After US authors were admitted last year, Ion Trewin, literary director of the Booker Prize Foundation, declared that the "winner of the 2014 [Man Booker] prize will be able to say: 'I am the best in the English-speaking world"' - suggesting the Man Booker serves as global scout.
In fact, like the Baileys Women's Prize and the Folio Prize, it's a British prize, with British or British-based judges, selecting from works of fiction submitted by British publishers from the lists of books published that year in Britain.
No surprise then, as Scottish writer Alan Bissett noted in 2012, that "of the 46 Booker winners [to date], 24 have been English - over half - although England represents a mere 2.5 per cent of the Commonwealth", because most novels published in Britain are by English authors. No surprise that only three New Zealand novels have made the shortlist in the entire 46-year history of the prize, because most Commonwealth novels are not published in the UK.

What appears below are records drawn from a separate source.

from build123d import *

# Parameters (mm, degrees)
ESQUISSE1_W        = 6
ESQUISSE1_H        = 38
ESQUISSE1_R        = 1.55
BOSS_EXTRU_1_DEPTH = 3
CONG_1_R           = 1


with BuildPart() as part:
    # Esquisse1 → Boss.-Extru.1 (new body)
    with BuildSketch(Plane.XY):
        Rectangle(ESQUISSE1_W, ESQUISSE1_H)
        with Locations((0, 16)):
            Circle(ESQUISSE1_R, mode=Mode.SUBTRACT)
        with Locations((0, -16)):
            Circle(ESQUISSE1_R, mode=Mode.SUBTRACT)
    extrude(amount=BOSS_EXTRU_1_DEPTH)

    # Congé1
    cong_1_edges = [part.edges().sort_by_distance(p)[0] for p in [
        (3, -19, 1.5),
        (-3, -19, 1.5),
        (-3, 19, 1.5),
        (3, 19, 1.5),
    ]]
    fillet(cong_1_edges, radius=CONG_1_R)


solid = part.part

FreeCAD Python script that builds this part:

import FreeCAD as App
import Part
import Sketcher

V = App.Vector
Q = App.Units.Quantity


def edges_at(feature, points):
    """Names of the edges that pass closest to the given points."""
    edges = feature.Shape.Edges
    near = lambda p: min(range(len(edges)), key=lambda i: edges[i].distToShape(Part.Vertex(*p))[0])
    return sorted({f"Edge{near(p) + 1}" for p in points})

doc = App.newDocument("Part")
body = doc.addObject("PartDesign::Body", "Body")

# Sketch on XY plane
sketch1 = body.newObject("Sketcher::SketchObject", "Sketch")
sketch1.AttachmentSupport = (doc.getObject("XY_Plane"), [""])
sketch1.MapMode = "FlatFace"
sketch1.addGeometry([
    Part.LineSegment(V(-3, 19, 0), V(-3, -19, 0)),  # 0
    Part.LineSegment(V(-3, -19, 0), V(3, -19, 0)),  # 1
    Part.LineSegment(V(3, -19, 0), V(3, 19, 0)),  # 2
    Part.LineSegment(V(3, 19, 0), V(-3, 19, 0)),  # 3
    Part.Circle(V(0, -16, 0), V(0, 0, 1), 1.6),  # 4
    Part.Circle(V(0, 16, 0), V(0, 0, 1), 1.6),  # 5
], False)
sketch1.addConstraint([
    Sketcher.Constraint("Coincident", 0, 2, 1, 1),
    Sketcher.Constraint("Coincident", 1, 2, 2, 1),
    Sketcher.Constraint("Coincident", 2, 2, 3, 1),
    Sketcher.Constraint("Coincident", 3, 2, 0, 1),
    Sketcher.Constraint("Vertical", 0),
    Sketcher.Constraint("Horizontal", 1),
    Sketcher.Constraint("Vertical", 2),
    Sketcher.Constraint("Horizontal", 3),
    Sketcher.Constraint("Equal", 4, 5),
    Sketcher.Constraint("Symmetric", 4, 3, 5, 3, -1, 1),
    Sketcher.Constraint("Symmetric", 0, 2, 2, 2, -1, 1),
    Sketcher.Constraint("PointOnObject", 4, 3, -2),
    Sketcher.Constraint("Diameter", 4, Q("3.1 mm")),
    Sketcher.Constraint("DistanceX", 1, 1, 1, 2, Q("6 mm")),
    Sketcher.Constraint("DistanceY", 0, 2, 0, 1, Q("38 mm")),
    Sketcher.Constraint("DistanceY", 4, 3, -1, 1, Q("16 mm")),
])
pad1 = body.newObject("PartDesign::Pad", "Pad")
pad1.Profile = sketch1
pad1.Length = 3
doc.recompute()

fillet = body.newObject("PartDesign::Fillet", "Fillet")
fillet.Base = (pad1, edges_at(pad1, [
    (3, -19, 1.5),
    (-3, -19, 1.5),
    (-3, 19, 1.5),
    (3, 19, 1.5),
]))
fillet.Radius = 1

doc.recompute()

English author Philip Hensher admits that prize committees "are at the mercy of what London publishers think will sell in London".
Orhan Pamuk writes: "We all give too much importance to the idea of a world with a centre." Must those of us south of the equator accept what he calls "being consigned to the margins", looking north for our cultural cues, allowing London and New York to shape the canon? It's time to level our gaze, and speak directly to each other.
Paula Morris is a novelist who teaches at the University of Auckland.